• Stored items:

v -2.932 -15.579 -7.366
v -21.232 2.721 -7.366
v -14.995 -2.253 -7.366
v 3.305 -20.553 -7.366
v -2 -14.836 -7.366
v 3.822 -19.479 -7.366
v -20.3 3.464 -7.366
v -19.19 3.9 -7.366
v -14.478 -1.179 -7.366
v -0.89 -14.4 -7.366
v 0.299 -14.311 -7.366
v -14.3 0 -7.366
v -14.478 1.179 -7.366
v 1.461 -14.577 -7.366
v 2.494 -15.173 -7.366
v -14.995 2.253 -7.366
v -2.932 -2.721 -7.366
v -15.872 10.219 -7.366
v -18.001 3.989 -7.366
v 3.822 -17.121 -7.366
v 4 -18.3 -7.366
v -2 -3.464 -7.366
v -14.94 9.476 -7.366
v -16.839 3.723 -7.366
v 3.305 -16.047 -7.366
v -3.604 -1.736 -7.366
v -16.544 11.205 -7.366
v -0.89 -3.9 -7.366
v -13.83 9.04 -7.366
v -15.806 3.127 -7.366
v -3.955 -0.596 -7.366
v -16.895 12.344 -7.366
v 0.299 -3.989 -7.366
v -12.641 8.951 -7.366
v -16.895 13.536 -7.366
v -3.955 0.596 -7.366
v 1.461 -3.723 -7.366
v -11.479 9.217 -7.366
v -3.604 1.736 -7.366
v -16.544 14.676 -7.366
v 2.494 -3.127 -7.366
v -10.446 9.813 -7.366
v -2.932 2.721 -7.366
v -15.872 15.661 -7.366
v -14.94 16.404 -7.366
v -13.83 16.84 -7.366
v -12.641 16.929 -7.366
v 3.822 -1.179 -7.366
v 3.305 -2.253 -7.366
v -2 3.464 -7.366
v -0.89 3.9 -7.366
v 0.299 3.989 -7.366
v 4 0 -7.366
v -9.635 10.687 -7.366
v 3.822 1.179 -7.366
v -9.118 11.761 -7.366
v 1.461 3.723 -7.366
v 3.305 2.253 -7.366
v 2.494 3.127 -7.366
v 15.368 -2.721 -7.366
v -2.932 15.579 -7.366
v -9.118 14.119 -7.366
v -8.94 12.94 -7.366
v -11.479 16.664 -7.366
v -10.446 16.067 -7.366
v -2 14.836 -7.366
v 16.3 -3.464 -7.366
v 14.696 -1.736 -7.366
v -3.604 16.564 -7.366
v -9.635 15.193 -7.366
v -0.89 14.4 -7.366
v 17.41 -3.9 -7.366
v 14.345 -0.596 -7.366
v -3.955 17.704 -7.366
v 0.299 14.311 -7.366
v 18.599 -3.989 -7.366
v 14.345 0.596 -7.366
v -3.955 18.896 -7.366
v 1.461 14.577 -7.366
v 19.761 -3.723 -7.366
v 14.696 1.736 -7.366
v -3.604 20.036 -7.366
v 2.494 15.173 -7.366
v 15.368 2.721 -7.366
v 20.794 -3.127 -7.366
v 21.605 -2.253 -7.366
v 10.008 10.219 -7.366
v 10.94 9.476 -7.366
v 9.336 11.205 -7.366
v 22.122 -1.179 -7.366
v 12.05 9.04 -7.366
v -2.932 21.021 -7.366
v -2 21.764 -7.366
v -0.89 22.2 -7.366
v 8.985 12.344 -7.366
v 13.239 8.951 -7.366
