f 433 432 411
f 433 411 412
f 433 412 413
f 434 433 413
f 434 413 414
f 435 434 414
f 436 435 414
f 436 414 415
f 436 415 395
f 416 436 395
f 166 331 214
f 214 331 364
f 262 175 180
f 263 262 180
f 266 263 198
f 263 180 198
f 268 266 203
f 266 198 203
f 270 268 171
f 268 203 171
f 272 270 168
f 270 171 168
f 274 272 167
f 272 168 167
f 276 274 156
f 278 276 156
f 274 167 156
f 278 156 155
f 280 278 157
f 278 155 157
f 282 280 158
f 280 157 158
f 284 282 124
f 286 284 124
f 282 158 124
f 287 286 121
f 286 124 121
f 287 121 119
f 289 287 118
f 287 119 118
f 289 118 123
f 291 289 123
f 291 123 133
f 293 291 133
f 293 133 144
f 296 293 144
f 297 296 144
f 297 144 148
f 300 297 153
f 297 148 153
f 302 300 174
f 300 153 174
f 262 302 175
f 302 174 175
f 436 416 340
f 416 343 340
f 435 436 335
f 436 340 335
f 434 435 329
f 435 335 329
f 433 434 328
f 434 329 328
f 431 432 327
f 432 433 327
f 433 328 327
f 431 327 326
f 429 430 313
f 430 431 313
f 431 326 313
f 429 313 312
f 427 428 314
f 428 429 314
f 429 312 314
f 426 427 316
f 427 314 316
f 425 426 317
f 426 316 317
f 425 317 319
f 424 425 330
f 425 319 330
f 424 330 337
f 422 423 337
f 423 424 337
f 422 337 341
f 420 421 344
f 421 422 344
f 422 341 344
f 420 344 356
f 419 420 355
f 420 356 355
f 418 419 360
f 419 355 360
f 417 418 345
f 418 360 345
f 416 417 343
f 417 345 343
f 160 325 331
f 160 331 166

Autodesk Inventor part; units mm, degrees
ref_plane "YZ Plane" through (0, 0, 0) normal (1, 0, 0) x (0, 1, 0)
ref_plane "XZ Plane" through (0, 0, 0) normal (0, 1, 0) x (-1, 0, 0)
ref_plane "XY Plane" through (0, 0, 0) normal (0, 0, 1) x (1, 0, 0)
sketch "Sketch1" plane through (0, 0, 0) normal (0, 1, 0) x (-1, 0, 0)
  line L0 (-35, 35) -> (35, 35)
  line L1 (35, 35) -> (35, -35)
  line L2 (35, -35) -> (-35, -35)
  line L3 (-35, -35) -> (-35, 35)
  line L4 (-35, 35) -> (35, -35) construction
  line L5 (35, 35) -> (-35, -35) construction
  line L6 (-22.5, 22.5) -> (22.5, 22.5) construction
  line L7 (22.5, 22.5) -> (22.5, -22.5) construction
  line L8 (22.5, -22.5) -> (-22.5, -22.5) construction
==
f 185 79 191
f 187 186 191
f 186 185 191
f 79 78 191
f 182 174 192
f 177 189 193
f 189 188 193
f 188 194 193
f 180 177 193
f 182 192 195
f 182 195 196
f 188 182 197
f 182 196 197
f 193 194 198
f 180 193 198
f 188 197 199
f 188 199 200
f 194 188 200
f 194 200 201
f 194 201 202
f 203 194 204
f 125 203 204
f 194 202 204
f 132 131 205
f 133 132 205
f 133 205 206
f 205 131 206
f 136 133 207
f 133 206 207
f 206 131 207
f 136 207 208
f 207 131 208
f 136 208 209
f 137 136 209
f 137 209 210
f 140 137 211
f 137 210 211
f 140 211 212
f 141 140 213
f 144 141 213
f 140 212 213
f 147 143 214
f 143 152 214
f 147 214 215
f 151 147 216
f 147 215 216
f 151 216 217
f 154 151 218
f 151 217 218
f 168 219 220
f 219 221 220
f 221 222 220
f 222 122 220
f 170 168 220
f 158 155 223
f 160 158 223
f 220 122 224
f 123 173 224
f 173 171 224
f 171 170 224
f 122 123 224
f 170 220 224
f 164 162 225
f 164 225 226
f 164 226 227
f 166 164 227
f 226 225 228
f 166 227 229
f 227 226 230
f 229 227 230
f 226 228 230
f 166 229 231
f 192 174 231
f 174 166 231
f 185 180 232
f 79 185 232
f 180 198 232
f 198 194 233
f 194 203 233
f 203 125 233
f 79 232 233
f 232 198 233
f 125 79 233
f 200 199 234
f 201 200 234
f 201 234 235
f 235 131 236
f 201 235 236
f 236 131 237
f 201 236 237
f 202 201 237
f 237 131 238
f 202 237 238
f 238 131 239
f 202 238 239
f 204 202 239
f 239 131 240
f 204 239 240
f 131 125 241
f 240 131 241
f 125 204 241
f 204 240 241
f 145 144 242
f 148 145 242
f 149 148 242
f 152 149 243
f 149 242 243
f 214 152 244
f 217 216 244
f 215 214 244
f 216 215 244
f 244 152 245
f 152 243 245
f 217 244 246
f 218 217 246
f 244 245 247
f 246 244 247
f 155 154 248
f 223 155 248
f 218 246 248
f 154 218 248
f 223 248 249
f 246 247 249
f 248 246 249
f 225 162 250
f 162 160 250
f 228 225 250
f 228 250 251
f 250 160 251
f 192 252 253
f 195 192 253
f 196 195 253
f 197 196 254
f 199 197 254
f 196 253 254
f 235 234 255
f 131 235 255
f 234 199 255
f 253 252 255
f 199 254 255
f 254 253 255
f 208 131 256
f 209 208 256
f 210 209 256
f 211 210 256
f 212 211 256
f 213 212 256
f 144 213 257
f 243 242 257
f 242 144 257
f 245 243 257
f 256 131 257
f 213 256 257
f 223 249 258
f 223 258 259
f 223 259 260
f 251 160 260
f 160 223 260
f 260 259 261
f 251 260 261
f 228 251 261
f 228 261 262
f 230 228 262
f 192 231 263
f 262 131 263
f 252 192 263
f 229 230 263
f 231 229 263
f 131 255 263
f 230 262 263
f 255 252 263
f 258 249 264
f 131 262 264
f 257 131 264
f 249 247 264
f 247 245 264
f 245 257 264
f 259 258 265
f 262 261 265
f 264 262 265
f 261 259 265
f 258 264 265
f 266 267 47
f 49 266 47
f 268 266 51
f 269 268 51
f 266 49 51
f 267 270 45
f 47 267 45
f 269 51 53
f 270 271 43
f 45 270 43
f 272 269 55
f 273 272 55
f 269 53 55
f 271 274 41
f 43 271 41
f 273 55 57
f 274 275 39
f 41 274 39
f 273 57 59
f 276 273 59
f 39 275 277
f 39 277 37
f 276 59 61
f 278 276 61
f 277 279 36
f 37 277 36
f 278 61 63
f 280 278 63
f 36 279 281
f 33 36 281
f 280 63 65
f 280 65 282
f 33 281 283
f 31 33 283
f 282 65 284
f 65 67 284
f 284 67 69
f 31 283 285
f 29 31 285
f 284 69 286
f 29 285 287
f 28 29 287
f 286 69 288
--
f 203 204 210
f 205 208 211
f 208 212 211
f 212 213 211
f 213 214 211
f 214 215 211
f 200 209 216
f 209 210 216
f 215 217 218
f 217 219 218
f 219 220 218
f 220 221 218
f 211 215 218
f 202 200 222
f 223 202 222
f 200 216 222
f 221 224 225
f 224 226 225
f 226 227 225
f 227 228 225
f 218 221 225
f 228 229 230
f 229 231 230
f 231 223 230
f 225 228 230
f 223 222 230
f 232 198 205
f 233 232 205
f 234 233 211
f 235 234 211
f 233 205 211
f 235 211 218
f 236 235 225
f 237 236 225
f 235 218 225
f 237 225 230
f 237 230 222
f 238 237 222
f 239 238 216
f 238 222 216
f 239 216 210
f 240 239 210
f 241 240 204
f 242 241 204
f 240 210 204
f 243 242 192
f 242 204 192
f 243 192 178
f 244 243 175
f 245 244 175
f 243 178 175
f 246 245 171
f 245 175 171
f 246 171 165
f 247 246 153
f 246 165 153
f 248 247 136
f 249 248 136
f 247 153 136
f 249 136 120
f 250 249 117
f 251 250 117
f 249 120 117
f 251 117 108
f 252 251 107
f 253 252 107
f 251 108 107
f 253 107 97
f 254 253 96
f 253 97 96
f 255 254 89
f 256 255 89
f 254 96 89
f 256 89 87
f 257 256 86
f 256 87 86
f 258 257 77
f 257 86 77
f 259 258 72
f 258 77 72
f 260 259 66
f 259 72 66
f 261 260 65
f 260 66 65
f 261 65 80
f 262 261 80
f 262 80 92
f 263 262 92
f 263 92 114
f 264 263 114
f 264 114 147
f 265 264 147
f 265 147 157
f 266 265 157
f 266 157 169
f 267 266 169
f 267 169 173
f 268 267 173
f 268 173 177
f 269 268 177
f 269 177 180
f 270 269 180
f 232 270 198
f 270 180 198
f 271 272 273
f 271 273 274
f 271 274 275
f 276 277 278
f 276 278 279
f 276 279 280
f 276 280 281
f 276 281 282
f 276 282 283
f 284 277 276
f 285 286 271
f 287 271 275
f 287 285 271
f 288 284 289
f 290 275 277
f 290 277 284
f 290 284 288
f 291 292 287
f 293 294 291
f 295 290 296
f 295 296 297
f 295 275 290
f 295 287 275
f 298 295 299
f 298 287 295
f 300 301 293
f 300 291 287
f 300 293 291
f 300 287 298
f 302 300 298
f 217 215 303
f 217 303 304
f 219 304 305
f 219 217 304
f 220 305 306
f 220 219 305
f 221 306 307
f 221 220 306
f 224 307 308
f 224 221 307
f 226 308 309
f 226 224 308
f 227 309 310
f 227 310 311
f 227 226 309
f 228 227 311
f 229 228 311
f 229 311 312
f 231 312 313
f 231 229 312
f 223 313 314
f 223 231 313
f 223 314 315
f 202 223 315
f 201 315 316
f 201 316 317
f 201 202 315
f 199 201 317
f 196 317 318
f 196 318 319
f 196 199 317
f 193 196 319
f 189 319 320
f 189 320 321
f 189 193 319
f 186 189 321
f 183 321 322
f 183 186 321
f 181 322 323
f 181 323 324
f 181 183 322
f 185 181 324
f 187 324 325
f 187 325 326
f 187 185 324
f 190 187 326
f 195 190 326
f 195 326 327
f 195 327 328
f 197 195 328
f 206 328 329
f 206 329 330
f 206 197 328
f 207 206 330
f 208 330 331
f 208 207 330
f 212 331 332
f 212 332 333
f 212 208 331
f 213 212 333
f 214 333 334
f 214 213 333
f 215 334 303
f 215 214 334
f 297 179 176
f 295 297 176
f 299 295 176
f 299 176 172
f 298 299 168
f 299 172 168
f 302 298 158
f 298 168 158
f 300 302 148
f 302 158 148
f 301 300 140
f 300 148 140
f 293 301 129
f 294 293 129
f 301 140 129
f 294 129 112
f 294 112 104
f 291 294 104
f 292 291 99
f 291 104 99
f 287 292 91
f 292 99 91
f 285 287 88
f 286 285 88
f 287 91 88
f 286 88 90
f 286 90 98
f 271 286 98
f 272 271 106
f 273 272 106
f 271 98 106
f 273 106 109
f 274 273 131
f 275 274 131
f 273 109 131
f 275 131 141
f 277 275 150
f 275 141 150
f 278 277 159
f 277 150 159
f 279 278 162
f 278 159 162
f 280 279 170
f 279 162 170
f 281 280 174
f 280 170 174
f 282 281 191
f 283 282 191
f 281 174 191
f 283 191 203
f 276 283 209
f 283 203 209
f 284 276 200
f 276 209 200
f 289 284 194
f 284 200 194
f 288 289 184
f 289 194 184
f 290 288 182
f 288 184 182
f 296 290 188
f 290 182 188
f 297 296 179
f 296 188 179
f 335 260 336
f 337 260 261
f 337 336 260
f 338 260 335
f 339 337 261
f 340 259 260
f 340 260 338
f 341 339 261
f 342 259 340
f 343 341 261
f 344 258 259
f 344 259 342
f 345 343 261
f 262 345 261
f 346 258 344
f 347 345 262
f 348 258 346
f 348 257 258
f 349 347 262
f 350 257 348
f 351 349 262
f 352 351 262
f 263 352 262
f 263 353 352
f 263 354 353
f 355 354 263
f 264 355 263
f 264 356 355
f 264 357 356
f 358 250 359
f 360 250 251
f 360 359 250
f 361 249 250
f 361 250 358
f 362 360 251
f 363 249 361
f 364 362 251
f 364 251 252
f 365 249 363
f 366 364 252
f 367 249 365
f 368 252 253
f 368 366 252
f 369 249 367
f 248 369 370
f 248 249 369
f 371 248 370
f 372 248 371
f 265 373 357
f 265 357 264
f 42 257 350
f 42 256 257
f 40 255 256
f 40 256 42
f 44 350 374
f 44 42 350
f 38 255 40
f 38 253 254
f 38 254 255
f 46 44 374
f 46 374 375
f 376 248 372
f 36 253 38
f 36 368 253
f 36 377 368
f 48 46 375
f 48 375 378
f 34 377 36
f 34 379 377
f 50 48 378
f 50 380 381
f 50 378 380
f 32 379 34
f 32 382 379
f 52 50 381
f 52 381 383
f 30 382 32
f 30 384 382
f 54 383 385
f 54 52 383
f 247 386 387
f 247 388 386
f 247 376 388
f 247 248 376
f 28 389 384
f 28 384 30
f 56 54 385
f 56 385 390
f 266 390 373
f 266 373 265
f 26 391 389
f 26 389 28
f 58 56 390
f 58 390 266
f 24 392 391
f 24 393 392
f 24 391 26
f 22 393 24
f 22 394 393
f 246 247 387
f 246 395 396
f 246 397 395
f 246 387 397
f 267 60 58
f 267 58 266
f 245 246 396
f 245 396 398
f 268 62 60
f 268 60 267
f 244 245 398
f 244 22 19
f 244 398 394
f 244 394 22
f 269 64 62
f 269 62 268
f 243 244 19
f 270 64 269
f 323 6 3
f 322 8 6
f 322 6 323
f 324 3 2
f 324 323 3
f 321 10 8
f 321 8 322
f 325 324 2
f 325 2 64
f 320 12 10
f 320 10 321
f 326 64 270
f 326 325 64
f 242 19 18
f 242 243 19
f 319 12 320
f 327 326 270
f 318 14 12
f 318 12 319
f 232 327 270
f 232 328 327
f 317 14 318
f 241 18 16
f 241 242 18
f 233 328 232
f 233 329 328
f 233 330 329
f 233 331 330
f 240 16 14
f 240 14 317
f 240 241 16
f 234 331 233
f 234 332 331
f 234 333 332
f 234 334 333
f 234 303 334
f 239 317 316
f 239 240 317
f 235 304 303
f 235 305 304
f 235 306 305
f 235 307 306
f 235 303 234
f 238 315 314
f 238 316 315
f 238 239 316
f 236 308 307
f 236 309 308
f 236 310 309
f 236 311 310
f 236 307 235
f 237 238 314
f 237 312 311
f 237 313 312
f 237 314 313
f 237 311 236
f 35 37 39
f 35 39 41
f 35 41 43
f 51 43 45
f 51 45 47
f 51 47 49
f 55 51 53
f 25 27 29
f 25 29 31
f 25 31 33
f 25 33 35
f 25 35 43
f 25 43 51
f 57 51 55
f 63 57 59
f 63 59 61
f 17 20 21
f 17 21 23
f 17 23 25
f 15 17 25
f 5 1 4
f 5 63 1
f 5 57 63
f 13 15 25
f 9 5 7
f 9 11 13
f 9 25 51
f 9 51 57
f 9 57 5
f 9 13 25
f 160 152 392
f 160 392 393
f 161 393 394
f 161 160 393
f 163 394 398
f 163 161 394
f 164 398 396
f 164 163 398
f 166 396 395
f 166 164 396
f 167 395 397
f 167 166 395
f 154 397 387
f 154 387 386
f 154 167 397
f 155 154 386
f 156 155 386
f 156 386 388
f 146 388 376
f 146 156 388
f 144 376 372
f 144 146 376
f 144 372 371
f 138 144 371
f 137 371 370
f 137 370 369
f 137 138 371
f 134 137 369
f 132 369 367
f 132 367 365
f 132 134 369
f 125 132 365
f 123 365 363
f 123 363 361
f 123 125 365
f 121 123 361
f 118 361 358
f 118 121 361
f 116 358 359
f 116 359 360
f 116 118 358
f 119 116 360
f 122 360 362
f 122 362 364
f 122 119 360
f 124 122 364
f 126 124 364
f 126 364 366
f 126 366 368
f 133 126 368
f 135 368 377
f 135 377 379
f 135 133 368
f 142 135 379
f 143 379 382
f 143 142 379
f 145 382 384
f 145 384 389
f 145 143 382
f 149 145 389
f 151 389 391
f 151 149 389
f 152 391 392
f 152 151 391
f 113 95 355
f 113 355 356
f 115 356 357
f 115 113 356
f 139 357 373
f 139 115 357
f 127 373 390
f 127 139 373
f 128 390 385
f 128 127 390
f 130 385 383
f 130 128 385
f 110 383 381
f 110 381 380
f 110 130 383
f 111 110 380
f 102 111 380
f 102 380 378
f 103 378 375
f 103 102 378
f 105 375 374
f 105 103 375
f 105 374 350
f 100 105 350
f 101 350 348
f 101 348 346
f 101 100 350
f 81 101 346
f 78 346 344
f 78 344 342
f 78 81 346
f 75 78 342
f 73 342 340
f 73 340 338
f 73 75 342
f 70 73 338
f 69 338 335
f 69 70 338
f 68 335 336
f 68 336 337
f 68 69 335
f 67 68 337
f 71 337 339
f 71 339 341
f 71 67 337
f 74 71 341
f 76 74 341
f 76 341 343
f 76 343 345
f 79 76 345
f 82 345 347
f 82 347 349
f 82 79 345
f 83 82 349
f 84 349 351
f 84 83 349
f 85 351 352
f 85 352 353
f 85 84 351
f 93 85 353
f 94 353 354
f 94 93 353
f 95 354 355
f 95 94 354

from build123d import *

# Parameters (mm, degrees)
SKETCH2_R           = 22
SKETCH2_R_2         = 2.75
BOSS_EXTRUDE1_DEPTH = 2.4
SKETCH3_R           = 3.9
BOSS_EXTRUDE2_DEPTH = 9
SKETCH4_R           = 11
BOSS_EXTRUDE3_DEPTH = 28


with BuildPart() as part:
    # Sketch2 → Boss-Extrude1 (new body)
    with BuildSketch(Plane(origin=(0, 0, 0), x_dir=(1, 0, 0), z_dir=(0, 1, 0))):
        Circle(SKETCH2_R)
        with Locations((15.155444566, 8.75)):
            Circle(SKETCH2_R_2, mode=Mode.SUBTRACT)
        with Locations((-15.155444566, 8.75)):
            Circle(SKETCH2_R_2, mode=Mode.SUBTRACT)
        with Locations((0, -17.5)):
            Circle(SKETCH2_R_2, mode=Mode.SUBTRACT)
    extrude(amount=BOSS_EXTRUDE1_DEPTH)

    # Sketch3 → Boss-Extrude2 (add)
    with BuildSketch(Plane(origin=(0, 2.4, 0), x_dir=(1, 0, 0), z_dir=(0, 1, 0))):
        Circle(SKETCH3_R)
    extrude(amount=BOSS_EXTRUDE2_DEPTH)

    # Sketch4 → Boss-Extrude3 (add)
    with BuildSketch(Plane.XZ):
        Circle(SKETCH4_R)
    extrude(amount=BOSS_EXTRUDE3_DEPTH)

• What you should do: Show all lines above containing "degrees".

• Output of the task:
Autodesk Inventor part; units mm, degrees
# Parameters (mm, degrees)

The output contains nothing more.